Guided by this teaching, a pastoral concern for the lay faithful and the common good of all of society, and the church’s experience as the largest single health care provider in the country, the bishops of the United States have, since 1919, advocated for comprehensive health care reform that provides universal access to basic care for all citizens.

In a 1981 statement, the American bishops said the following: “It is the responsibility of the Federal Government to establish a com­prehensive health care system that will insure a basic level of health care for all Americans. . . . The Federal Government should also insure adequate funding for this basic level of care through a na­tional health insurance pro­gram.”

Guiding principles for health care reform

When advocating for health care reform at the federal level, the bishops have laid out the following guidelines for sound policy:

  • Genuine health care reform must protect human life and dignity, not threaten them, especially for the most voiceless and vulner­able.
  • Health care legislation must respect the consciences of providers, taxpayers and others, and not violate them.
  • Coverage should be truly universal and should not be denied to those in need because of their condition, age, where they come from or when they arrive here.
  • Costs must be restrained and applied equitably across the spectrum of payers.

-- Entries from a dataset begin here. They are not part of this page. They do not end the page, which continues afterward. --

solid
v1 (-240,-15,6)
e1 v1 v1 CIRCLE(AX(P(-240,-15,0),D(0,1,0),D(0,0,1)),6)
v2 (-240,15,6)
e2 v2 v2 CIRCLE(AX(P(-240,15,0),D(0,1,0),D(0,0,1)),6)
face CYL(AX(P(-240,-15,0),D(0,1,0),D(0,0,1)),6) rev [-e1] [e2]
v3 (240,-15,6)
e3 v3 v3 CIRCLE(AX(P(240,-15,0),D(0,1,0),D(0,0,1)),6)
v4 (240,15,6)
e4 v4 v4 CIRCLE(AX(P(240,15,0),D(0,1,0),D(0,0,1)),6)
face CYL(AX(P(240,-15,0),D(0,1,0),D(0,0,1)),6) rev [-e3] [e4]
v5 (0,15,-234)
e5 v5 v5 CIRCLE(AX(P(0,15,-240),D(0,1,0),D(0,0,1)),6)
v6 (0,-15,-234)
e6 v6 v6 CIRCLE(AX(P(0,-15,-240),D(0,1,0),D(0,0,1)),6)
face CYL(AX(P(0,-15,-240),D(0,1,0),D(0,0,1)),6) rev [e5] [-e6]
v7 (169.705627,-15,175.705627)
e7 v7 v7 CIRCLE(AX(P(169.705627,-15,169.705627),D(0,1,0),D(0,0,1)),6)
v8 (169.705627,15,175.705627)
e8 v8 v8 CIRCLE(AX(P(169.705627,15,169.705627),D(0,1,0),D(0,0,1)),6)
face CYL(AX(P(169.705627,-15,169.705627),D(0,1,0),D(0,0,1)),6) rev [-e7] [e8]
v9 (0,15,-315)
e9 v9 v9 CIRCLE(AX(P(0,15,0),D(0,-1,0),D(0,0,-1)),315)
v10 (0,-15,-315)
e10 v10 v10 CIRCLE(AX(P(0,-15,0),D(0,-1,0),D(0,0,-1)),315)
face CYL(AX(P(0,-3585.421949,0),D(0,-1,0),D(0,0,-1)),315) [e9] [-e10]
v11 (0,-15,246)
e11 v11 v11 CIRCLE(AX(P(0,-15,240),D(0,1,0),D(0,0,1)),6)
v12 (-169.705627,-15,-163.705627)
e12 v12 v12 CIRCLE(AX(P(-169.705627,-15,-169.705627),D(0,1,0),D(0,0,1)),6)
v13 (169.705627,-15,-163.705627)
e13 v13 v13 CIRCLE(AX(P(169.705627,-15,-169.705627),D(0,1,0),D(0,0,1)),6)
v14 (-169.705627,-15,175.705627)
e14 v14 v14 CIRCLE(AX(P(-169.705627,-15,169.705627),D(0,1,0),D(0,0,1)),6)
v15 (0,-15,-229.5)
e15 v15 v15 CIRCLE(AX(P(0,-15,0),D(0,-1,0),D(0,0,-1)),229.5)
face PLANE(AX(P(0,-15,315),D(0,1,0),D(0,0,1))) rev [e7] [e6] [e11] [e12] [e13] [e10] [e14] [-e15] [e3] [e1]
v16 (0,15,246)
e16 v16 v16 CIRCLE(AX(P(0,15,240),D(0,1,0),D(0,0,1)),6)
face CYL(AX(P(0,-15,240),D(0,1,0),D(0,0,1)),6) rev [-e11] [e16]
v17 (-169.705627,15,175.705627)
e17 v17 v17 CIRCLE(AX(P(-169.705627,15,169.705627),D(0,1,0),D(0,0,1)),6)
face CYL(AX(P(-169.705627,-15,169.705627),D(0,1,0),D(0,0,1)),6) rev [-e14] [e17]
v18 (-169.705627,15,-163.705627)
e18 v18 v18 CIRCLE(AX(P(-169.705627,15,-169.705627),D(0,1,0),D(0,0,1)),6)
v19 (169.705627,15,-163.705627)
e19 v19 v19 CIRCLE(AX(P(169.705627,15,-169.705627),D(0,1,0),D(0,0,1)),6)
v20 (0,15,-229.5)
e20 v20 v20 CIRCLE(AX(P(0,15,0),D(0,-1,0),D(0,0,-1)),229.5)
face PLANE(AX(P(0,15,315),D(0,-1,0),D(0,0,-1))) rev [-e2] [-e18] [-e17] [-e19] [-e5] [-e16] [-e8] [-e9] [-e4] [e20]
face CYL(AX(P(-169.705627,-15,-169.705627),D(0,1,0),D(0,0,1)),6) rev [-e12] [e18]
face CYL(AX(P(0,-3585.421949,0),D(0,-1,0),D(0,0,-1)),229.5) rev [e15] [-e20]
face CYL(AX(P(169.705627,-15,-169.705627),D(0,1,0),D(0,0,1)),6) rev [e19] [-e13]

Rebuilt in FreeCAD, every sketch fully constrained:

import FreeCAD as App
import Part
import Sketcher

V = App.Vector
Q = App.Units.Quantity

doc = App.newDocument("Part")
body = doc.addObject("PartDesign::Body", "Body")

# Sketch on YZ plane
sketch1 = body.newObject("Sketcher::SketchObject", "Sketch")
sketch1.AttachmentSupport = (doc.getObject("YZ_Plane"), [""])
sketch1.MapMode = "FlatFace"
sketch1.addGeometry(Part.LineSegment(V(15, 315, 0), V(-15, 315, 0)), False)
sketch1.addGeometry(Part.LineSegment(V(-15, 315, 0), V(-15, 230, 0)), False)
sketch1.addGeometry(Part.LineSegment(V(-15, 230, 0), V(15, 230, 0)), False)
sketch1.addGeometry(Part.LineSegment(V(15, 230, 0), V(15, 315, 0)), False)
sketch1.addConstraint(Sketcher.Constraint("Coincident", 0, 2, 1, 1))
sketch1.addConstraint(Sketcher.Constraint("Coincident", 1, 2, 2, 1))
sketch1.addConstraint(Sketcher.Constraint("Coincident", 2, 2, 3, 1))
sketch1.addConstraint(Sketcher.Constraint("Coincident", 3, 2, 0, 1))
sketch1.addConstraint(Sketcher.Constraint("Horizontal", 0))
sketch1.addConstraint(Sketcher.Constraint("Vertical", 1))
sketch1.addConstraint(Sketcher.Constraint("Horizontal", 2))
sketch1.addConstraint(Sketcher.Constraint("Vertical", 3))
sketch1.addConstraint(Sketcher.Constraint("DistanceX", 0, 2, 0, 1, Q("30 mm")))
sketch1.addConstraint(Sketcher.Constraint("DistanceY", 1, 2, 1, 1, Q("85.5 mm")))
sketch1.addConstraint(Sketcher.Constraint("DistanceX", 0, 2, -1, 1, Q("15 mm")))
sketch1.addConstraint(Sketcher.Constraint("DistanceY", -1, 1, 0, 2, Q("315 mm")))
revolution = body.newObject("PartDesign::Revolution", "Revolution")
revolution.Profile = sketch1
revolution.ReferenceAxis = (sketch1, ["H_Axis"])
revolution.Angle = 360

# Sketch on XZ plane
sketch2 = body.newObject("Sketcher::SketchObject", "Sketch001")
sketch2.AttachmentSupport = (doc.getObject("XZ_Plane"), [""])
sketch2.MapMode = "FlatFace"
sketch2.AttachmentOffset = App.Placement(V(0, 0, -15), App.Rotation())
sketch2.addGeometry(Part.Circle(V(0, -240, 0), V(0, 0, 1), 6), False)
sketch2.addGeometry(Part.Circle(V(170, -170, 0), V(0, 0, 1), 6), False)
sketch2.addGeometry(Part.Circle(V(240, 0, 0), V(0, 0, 1), 6), False)
sketch2.addGeometry(Part.Circle(V(170, 170, 0), V(0, 0, 1), 6), False)
sketch2.addGeometry(Part.Circle(V(0, 240, 0), V(0, 0, 1), 6), False)
sketch2.addGeometry(Part.Circle(V(-170, 170, 0), V(0, 0, 1), 6), False)
sketch2.addGeometry(Part.Circle(V(-240, 0, 0), V(0, 0, 1), 6), False)
sketch2.addGeometry(Part.Circle(V(-170, -170, 0), V(0, 0, 1), 6), False)
sketch2.addConstraint(Sketcher.Constraint("Equal", 0, 1))
sketch2.addConstraint(Sketcher.Constraint("Equal", 1, 2))
sketch2.addConstraint(Sketcher.Constraint("Equal", 2, 3))
sketch2.addConstraint(Sketcher.Constraint("Equal", 3, 4))
sketch2.addConstraint(Sketcher.Constraint("Equal", 4, 5))
sketch2.addConstraint(Sketcher.Constraint("Equal", 5, 6))
sketch2.addConstraint(Sketcher.Constraint("Equal", 6, 7))
sketch2.addConstraint(Sketcher.Constraint("Symmetric", 0, 3, 4, 3, -1, 1))
sketch2.addConstraint(Sketcher.Constraint("Symmetric", 1, 3, 5, 3, -1, 1))
sketch2.addConstraint(Sketcher.Constraint("Symmetric", 2, 3, 6, 3, -1, 1))
sketch2.addConstraint(Sketcher.Constraint("Symmetric", 3, 3, 7, 3, -1, 1))
sketch2.addConstraint(Sketcher.Constraint("Symmetric", 3, 3, 5, 3, -2))
sketch2.addConstraint(Sketcher.Constraint("PointOnObject", 0, 3, -2))
sketch2.addConstraint(Sketcher.Constraint("PointOnObject", 2, 3, -1))
sketch2.addConstraint(Sketcher.Constraint("Diameter", 0, Q("12 mm")))
sketch2.addConstraint(Sketcher.Constraint("DistanceY", 0, 3, -1, 1, Q("240 mm")))
sketch2.addConstraint(Sketcher.Constraint("DistanceX", -1, 1, 2, 3, Q("240 mm")))
sketch2.addConstraint(Sketcher.Constraint("DistanceX", -1, 1, 1, 3, Q("169.705627 mm")))
sketch2.addConstraint(Sketcher.Constraint("DistanceY", 1, 3, -1, 1, Q("169.705627 mm")))
pocket1 = body.newObject("PartDesign::Pocket", "Pocket")
pocket1.Profile = sketch2
pocket1.Type = "ThroughAll"
pocket1.Reversed = True

doc.recompute()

Providing affordable and accessible health care that clearly reflects these fundamental principles is a public good, a moral imperative, and remains an urgent national priority.

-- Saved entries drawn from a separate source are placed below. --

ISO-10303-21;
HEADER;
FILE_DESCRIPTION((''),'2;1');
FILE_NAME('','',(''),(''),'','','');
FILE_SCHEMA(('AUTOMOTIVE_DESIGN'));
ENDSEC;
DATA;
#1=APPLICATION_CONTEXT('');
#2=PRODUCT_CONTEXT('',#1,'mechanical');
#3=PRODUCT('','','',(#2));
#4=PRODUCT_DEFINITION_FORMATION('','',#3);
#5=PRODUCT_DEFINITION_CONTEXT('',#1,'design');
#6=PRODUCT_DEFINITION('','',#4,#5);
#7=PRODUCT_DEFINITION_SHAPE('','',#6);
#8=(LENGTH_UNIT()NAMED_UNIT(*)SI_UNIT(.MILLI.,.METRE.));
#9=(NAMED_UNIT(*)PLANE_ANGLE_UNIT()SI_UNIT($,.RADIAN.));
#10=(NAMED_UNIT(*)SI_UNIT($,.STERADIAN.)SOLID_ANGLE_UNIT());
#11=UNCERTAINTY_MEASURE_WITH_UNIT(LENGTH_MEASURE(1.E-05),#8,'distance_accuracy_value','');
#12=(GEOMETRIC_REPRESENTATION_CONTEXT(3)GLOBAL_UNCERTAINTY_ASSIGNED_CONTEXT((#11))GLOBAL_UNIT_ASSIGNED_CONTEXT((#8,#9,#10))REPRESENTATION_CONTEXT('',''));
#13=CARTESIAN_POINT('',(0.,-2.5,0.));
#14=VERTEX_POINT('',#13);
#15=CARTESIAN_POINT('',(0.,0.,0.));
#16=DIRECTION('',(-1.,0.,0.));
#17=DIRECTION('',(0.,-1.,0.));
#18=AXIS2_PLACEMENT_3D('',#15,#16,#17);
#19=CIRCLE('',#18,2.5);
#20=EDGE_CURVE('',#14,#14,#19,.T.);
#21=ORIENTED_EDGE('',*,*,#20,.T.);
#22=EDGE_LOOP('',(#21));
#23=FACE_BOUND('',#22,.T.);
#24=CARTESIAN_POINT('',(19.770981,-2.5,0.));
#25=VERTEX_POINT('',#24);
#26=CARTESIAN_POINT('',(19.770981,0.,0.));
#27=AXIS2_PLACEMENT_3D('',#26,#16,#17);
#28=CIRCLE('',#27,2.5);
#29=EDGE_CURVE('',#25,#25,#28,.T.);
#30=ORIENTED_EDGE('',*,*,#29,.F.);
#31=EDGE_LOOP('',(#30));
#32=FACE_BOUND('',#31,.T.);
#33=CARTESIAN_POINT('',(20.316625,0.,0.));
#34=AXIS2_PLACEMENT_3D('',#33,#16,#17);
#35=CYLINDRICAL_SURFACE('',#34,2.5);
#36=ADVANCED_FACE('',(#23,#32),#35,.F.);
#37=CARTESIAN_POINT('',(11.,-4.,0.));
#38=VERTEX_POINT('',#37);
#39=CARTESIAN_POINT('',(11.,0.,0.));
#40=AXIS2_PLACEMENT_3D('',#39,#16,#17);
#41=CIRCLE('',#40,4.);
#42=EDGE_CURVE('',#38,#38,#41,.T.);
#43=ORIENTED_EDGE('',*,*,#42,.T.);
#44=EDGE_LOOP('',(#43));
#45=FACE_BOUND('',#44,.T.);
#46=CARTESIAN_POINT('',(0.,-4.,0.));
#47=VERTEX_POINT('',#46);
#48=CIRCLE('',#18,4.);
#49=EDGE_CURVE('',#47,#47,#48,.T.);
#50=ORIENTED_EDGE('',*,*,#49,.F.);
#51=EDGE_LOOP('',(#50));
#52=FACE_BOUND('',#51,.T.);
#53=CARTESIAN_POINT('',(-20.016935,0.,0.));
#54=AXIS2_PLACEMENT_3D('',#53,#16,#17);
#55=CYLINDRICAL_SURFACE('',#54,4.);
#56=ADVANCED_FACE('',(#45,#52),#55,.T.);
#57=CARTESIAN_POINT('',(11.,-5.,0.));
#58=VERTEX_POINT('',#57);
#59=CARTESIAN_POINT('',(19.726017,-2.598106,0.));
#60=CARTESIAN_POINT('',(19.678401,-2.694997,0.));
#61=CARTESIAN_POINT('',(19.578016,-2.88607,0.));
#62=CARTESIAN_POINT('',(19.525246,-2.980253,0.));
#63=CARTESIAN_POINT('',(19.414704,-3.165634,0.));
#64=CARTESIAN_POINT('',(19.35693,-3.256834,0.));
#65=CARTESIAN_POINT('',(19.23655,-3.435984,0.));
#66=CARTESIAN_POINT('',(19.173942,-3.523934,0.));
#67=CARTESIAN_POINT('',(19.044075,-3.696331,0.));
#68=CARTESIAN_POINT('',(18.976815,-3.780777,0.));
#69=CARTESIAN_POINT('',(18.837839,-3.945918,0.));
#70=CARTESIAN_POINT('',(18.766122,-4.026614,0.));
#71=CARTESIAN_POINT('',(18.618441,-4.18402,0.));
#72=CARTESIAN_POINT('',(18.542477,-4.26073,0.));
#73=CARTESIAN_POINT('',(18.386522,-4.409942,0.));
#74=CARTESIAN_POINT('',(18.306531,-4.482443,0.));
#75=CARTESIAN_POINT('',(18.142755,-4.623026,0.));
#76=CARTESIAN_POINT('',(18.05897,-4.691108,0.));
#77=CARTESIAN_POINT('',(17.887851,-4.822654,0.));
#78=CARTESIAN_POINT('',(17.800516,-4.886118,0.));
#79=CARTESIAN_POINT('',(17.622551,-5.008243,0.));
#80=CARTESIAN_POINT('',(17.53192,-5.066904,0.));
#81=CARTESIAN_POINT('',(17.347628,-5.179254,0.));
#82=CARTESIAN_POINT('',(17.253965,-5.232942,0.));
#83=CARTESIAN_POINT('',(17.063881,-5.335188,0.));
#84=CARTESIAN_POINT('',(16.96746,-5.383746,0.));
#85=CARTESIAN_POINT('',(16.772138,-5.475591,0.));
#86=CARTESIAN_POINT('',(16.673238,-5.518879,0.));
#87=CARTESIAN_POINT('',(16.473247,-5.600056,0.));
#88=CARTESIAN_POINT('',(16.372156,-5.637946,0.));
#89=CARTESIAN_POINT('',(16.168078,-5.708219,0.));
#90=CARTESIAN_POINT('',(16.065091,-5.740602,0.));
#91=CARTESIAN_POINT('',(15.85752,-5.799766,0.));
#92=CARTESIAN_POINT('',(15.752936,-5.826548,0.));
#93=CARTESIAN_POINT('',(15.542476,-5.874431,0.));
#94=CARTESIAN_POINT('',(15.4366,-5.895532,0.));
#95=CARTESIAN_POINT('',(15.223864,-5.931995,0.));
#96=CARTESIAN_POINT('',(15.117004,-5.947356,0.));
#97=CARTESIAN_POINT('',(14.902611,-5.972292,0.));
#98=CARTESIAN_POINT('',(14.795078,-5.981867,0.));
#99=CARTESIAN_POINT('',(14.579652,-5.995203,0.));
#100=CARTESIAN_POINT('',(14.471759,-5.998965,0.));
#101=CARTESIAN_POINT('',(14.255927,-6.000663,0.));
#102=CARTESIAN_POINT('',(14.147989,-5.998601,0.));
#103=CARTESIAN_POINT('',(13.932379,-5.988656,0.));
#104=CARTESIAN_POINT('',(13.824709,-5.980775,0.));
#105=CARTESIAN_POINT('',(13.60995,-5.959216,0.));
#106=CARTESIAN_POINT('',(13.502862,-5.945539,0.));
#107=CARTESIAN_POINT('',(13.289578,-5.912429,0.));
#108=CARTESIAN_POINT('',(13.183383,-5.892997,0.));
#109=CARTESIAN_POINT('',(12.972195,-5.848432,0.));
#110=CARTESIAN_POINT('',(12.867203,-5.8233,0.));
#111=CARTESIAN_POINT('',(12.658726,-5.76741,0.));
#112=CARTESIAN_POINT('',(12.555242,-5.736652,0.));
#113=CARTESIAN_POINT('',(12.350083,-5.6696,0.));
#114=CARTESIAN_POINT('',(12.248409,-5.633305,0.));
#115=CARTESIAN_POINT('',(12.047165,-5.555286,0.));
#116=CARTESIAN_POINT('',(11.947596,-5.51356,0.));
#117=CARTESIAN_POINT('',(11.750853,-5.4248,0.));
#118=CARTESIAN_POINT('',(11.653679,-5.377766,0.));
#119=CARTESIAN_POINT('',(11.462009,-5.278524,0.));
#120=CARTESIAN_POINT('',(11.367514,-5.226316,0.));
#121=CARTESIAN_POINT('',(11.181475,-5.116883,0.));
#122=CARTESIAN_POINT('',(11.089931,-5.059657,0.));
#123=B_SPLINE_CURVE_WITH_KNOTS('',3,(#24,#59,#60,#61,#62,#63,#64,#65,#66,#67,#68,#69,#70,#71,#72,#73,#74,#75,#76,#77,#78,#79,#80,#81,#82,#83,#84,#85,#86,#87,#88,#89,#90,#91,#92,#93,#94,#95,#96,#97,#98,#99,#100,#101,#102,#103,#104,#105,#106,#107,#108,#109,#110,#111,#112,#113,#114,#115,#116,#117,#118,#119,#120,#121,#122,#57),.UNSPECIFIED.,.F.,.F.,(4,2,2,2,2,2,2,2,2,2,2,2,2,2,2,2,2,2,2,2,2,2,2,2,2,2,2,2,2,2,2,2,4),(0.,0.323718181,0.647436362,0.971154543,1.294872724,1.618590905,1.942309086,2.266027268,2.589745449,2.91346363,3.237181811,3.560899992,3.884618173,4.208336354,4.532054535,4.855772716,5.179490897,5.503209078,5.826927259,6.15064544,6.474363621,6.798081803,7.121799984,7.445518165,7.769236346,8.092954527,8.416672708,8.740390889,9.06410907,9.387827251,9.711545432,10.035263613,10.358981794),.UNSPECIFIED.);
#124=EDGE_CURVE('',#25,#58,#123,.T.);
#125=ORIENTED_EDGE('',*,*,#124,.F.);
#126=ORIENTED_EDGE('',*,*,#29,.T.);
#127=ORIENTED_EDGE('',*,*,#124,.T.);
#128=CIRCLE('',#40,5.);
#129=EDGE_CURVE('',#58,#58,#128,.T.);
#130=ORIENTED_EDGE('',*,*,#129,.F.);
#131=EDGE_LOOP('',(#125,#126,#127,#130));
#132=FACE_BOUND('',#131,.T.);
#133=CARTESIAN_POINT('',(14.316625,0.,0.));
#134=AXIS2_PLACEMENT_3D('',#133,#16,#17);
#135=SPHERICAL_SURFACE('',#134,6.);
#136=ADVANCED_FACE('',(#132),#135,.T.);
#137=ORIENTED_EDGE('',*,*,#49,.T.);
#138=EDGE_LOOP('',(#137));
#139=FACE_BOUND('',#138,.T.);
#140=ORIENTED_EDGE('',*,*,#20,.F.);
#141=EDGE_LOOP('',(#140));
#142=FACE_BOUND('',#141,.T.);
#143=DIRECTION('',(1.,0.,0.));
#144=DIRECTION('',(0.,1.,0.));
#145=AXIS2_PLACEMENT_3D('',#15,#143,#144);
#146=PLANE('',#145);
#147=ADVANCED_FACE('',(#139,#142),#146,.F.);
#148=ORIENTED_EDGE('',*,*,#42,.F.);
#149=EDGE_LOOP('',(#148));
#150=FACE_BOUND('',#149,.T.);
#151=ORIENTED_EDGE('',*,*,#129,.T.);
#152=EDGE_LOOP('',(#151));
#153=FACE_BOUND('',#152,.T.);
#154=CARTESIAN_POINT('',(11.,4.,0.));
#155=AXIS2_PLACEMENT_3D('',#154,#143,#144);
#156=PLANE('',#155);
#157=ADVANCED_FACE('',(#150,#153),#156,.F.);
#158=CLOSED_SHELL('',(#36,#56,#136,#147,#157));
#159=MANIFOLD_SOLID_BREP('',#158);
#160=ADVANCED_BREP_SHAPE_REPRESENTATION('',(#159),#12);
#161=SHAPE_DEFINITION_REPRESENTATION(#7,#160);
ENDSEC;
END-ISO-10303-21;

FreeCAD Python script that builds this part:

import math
import FreeCAD as App
import Part
import Sketcher
from FreeCAD import Vector

doc = App.newDocument("Part")
body = doc.addObject("PartDesign::Body", "Body")

sketch1 = doc.addObject("Sketcher::SketchObject", "Sketch")
body.addObject(sketch1)
sketch1.AttachmentSupport = (doc.XY_Plane, [""])
sketch1.MapMode = "FlatFace"
sketch1.addGeometry(Part.LineSegment(Vector(0, 4, 0), Vector(0, 0, 0)), False)
sketch1.addGeometry(Part.LineSegment(Vector(0, 0, 0), Vector(20.316625, 0, 0)), False)
sketch1.addGeometry(Part.ArcOfCircle(Part.Circle(Vector(14.316625, 0, 0), Vector(0, 0, 1), 6), math.radians(0), math.radians(123.55731)), False)
sketch1.addGeometry(Part.LineSegment(Vector(11, 5, 0), Vector(11, 4, 0)), False)
sketch1.addGeometry(Part.LineSegment(Vector(11, 4, 0), Vector(0, 4, 0)), False)
sketch1.addConstraint(Sketcher.Constraint("Coincident", 0, 2, 1, 1))
sketch1.addConstraint(Sketcher.Constraint("Coincident", 1, 2, 2, 1))
sketch1.addConstraint(Sketcher.Constraint("Coincident", 2, 2, 3, 1))
sketch1.addConstraint(Sketcher.Constraint("Coincident", 3, 2, 4, 1))
sketch1.addConstraint(Sketcher.Constraint("Coincident", 4, 2, 0, 1))
sketch1.addConstraint(Sketcher.Constraint("Vertical", 0))
sketch1.addConstraint(Sketcher.Constraint("Horizontal", 1))
sketch1.addConstraint(Sketcher.Constraint("Vertical", 3))
sketch1.addConstraint(Sketcher.Constraint("Horizontal", 4))
sketch1.addConstraint(Sketcher.Constraint("Coincident", 0, 2, -1, 1))
sketch1.addConstraint(Sketcher.Constraint("PointOnObject", 2, 3, -1))
sketch1.addConstraint(Sketcher.Constraint("Radius", 2, 6.0))
sketch1.addConstraint(Sketcher.Constraint("DistanceX", 4, 2, 4, 1, 11.0))
sketch1.addConstraint(Sketcher.Constraint("DistanceY", 0, 2, 0, 1, 4.0))
sketch1.addConstraint(Sketcher.Constraint("DistanceY", 3, 2, 3, 1, 1.0))
revolution = doc.addObject("PartDesign::Revolution", "Revolution")
body.addObject(revolution)
revolution.Profile = sketch1
revolution.ReferenceAxis = (sketch1, ["H_Axis"])
revolution.Angle = 360

sketch2 = doc.addObject("Sketcher::SketchObject", "Sketch001")
body.addObject(sketch2)
sketch2.AttachmentSupport = (doc.YZ_Plane, [""])
sketch2.MapMode = "FlatFace"
sketch2.addGeometry(Part.Circle(Vector(0, 0, 0), Vector(0, 0, 1), 2.5), False)
sketch2.addConstraint(Sketcher.Constraint("Coincident", 0, 3, -1, 1))
sketch2.addConstraint(Sketcher.Constraint("Diameter", 0, 5.0))
pocket1 = doc.addObject("PartDesign::Pocket", "Pocket")
body.addObject(pocket1)
pocket1.Profile = sketch2
pocket1.Type = "ThroughAll"
pocket1.Reversed = True

doc.recompute()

ACA needs to be amended by Congress and the president immediately

Although the ACA is designed to give all Americans access to health care, the U.S. Conference of Cath­olic Bishops did not support its final passage in Congress. Three serious problems in the law remain in place and require Congress’s immediate attention.

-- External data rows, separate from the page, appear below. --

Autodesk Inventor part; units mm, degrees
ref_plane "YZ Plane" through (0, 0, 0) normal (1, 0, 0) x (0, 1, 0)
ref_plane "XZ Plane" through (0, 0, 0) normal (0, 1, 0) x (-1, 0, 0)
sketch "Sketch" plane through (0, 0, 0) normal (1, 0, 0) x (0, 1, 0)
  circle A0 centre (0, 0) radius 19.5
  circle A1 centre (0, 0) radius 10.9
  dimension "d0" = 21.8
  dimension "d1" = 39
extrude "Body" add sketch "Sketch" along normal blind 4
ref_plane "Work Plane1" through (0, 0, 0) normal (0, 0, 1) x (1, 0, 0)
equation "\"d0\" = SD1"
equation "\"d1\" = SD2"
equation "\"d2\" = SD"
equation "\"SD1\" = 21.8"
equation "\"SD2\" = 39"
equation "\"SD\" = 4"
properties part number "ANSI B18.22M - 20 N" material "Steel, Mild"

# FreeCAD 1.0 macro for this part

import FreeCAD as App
import Part
import Sketcher
Q = App.Units.Quantity

doc = App.newDocument("Part")
body = doc.addObject("PartDesign::Body", "Body")

# Sketch on YZ plane
sketch1 = doc.addObject("Sketcher::SketchObject", "Sketch")
body.addObject(sketch1)
sketch1.AttachmentSupport = (doc.YZ_Plane, [""])
sketch1.MapMode = "FlatFace"
sketch1.addGeometry([
    Part.Circle(App.Vector(0, 0, 0), App.Vector(0, 0, 1), 20),
    Part.Circle(App.Vector(0, 0, 0), App.Vector(0, 0, 1), 11),
], False)
sketch1.addConstraint([
    Sketcher.Constraint("Coincident", 0, 3, -1, 1),
    Sketcher.Constraint("Coincident", 1, 3, -1, 1),
    Sketcher.Constraint("Diameter", 0, Q("39 mm")),
    Sketcher.Constraint("Diameter", 1, Q("21.8 mm")),
])
pad1 = doc.addObject("PartDesign::Pad", "Pad")
body.addObject(pad1)
pad1.Profile = sketch1
pad1.Length = 4

doc.recompute()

First, the ACA allows use of federal funds to pay for elective abortions and for plans that cover such abortions, contradicting longstanding federal policy.

Second, the ACA fails to include necessary language to provide essential conscience protection, both within and beyond the abortion context. The HHS mandate forcing religious and other employers to cover sterilization and contraception, including abortifacient drugs, illustrates this problem in dramatic fashion.

Third, the ACA fails to treat immigrant workers and their families fairly, leaving them worse off by not allowing them to purchase health coverage in the new exchanges created under the law, even if they use their own money.

These problems are of grave concern and must be fixed immediately. Otherwise, their continued existence could signal the misuse of the ACA as a government bludgeon to impose an ideology inconsistent with the duty to ensure access to life-affirming health care for all.

The ACA represents an important opportunity to advance social justice and ensure that the health care needs of all Americans are met. But health care policy, like health care itself, must be guided by sound principles and moral truth. If it isn’t, health care policy no longer promotes a culture of life and human dignity, but instead endangers the well-being of persons and the health of society.

The Catholic Church will continue to be a staunch advocate — in the community, in the legislative arena, and even in the courts, if necessary — for health care reform that protects the sanctity of human life and the rights of conscience, as well as promotes both healthy citizens and the common good.

Jason Adkins is executive director of the Minnesota Catholic Conference.